■ **Items from a dataset**:
════════════════════
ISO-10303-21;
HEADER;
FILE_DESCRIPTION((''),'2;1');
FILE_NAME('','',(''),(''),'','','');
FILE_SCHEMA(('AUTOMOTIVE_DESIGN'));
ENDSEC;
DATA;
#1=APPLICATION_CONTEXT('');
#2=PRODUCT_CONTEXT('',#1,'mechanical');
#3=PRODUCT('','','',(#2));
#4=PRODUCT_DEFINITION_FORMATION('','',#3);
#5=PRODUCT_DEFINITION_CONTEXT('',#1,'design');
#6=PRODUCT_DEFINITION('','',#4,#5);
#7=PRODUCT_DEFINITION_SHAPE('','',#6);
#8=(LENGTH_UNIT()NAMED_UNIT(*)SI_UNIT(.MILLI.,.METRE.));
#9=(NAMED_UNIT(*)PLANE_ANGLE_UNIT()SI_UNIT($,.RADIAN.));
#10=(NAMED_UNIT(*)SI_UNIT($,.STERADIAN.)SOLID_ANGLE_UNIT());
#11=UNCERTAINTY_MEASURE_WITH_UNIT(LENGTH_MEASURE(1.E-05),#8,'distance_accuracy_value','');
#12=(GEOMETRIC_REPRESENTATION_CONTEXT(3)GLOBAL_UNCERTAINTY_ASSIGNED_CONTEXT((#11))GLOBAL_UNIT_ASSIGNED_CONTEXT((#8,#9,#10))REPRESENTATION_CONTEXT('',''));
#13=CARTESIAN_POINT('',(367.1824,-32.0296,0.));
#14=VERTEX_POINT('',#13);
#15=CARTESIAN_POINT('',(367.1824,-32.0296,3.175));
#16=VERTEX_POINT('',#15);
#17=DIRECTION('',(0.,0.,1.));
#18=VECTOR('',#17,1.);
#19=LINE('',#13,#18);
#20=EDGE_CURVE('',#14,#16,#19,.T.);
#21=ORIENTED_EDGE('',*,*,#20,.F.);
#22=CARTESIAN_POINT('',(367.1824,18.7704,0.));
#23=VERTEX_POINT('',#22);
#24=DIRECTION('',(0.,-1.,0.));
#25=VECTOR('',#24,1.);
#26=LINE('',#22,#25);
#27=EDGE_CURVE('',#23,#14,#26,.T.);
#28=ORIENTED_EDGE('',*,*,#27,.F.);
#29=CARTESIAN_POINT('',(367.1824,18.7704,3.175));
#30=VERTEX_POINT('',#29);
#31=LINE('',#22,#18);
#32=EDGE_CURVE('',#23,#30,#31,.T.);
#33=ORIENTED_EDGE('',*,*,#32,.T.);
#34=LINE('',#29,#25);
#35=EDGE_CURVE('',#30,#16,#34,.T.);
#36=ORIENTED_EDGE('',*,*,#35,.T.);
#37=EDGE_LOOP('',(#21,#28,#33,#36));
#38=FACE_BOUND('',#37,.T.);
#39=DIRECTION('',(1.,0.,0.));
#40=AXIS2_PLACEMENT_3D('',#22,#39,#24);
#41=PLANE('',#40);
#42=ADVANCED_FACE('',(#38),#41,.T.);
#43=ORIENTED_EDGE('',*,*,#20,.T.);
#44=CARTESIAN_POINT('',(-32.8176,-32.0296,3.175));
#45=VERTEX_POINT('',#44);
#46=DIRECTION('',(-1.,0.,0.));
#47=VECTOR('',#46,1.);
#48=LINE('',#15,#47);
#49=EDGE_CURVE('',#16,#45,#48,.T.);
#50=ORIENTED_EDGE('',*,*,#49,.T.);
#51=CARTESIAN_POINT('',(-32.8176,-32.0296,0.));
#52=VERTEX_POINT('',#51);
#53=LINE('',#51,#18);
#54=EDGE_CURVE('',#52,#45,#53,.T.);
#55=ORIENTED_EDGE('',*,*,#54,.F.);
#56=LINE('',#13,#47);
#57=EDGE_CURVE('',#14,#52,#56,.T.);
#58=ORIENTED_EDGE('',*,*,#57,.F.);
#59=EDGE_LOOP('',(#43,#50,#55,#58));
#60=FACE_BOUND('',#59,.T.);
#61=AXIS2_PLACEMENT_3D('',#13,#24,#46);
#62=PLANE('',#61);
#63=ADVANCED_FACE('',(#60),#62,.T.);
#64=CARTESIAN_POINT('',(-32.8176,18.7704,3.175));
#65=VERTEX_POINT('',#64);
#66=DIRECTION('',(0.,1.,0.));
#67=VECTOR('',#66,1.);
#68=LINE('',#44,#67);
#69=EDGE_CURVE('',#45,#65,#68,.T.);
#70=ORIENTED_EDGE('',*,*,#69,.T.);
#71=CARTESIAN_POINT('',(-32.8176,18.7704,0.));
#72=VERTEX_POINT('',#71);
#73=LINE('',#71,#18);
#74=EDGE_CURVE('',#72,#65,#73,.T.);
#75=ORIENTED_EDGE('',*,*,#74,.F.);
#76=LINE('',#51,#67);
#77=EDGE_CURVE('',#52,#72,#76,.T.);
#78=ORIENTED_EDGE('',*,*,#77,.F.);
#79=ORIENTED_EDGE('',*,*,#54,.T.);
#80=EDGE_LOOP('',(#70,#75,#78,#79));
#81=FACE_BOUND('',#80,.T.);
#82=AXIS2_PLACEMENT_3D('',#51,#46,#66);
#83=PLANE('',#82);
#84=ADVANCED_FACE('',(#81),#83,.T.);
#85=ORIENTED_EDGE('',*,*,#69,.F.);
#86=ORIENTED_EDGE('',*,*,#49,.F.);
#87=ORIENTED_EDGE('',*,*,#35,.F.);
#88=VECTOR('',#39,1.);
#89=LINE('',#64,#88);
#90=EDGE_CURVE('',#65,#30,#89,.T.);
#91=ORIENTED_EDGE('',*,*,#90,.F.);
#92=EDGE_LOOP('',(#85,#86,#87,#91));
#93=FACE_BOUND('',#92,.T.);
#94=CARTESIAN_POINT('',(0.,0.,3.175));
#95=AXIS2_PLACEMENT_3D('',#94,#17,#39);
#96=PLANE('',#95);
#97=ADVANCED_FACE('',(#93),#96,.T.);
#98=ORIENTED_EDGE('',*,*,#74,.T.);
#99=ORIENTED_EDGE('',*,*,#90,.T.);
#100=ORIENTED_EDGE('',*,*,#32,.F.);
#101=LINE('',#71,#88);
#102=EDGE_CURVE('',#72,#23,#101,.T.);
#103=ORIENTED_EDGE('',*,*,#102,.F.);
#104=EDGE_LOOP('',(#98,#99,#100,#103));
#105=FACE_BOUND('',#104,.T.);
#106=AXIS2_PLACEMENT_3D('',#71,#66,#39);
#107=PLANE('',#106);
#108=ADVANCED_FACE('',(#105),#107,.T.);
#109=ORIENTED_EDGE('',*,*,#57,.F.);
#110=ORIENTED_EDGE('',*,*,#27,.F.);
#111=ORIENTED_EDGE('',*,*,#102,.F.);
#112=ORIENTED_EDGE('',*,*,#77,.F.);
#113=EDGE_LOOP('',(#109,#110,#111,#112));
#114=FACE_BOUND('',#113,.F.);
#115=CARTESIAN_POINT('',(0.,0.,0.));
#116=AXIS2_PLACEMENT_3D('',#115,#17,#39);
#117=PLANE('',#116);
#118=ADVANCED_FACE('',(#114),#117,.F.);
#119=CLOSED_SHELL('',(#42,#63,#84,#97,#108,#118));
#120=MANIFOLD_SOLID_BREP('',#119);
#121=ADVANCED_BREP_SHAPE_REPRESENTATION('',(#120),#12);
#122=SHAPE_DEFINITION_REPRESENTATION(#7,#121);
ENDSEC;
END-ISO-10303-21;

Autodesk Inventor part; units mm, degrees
ref_plane "YZ Plane" through (0, 0, 0) normal (1, 0, 0) x (0, 1, 0)
ref_plane "XZ Plane" through (0, 0, 0) normal (0, 1, 0) x (-1, 0, 0)
ref_plane "XY Plane" through (0, 0, 0) normal (0, 0, 1) x (1, 0, 0)
sketch "Sketch1" plane through (0, 0, 0) normal (0, 0, 1) x (1, 0, 0)
  line L0 (-32.8176, 18.7704) -> (367.1824, 18.7704)
  line L1 (367.1824, 18.7704) -> (367.1824, -32.0296)
  line L2 (367.1824, -32.0296) -> (-32.8176, -32.0296)
  line L3 (-32.8176, -32.0296) -> (-32.8176, 18.7704)
  point P0 (0, 0)
  dimension "d0" = 400
  dimension "d1" = 50.8
extrude "Extrusion1" add sketch "Sketch1" along normal blind 3.175
properties part number "aluminum"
════════════════════
■ **What is required**:
Look above for the line with "#1=APPLICATION_CONTEXT('');" and the line with "#21=ORIENTED_EDGE('',*,*,#20,.F.);", and reproduce exactly those two lines plus every line between, nothing more.

■ **Reply to the exercise**:
#1=APPLICATION_CONTEXT('');
#2=PRODUCT_CONTEXT('',#1,'mechanical');
#3=PRODUCT('','','',(#2));
#4=PRODUCT_DEFINITION_FORMATION('','',#3);
#5=PRODUCT_DEFINITION_CONTEXT('',#1,'design');
#6=PRODUCT_DEFINITION('','',#4,#5);
#7=PRODUCT_DEFINITION_SHAPE('','',#6);
#8=(LENGTH_UNIT()NAMED_UNIT(*)SI_UNIT(.MILLI.,.METRE.));
#9=(NAMED_UNIT(*)PLANE_ANGLE_UNIT()SI_UNIT($,.RADIAN.));
#10=(NAMED_UNIT(*)SI_UNIT($,.STERADIAN.)SOLID_ANGLE_UNIT());
#11=UNCERTAINTY_MEASURE_WITH_UNIT(LENGTH_MEASURE(1.E-05),#8,'distance_accuracy_value','');
#12=(GEOMETRIC_REPRESENTATION_CONTEXT(3)GLOBAL_UNCERTAINTY_ASSIGNED_CONTEXT((#11))GLOBAL_UNIT_ASSIGNED_CONTEXT((#8,#9,#10))REPRESENTATION_CONTEXT('',''));
#13=CARTESIAN_POINT('',(367.1824,-32.0296,0.));
#14=VERTEX_POINT('',#13);
#15=CARTESIAN_POINT('',(367.1824,-32.0296,3.175));
#16=VERTEX_POINT('',#15);
#17=DIRECTION('',(0.,0.,1.));
#18=VECTOR('',#17,1.);
#19=LINE('',#13,#18);
#20=EDGE_CURVE('',#14,#16,#19,.T.);
#21=ORIENTED_EDGE('',*,*,#20,.F.);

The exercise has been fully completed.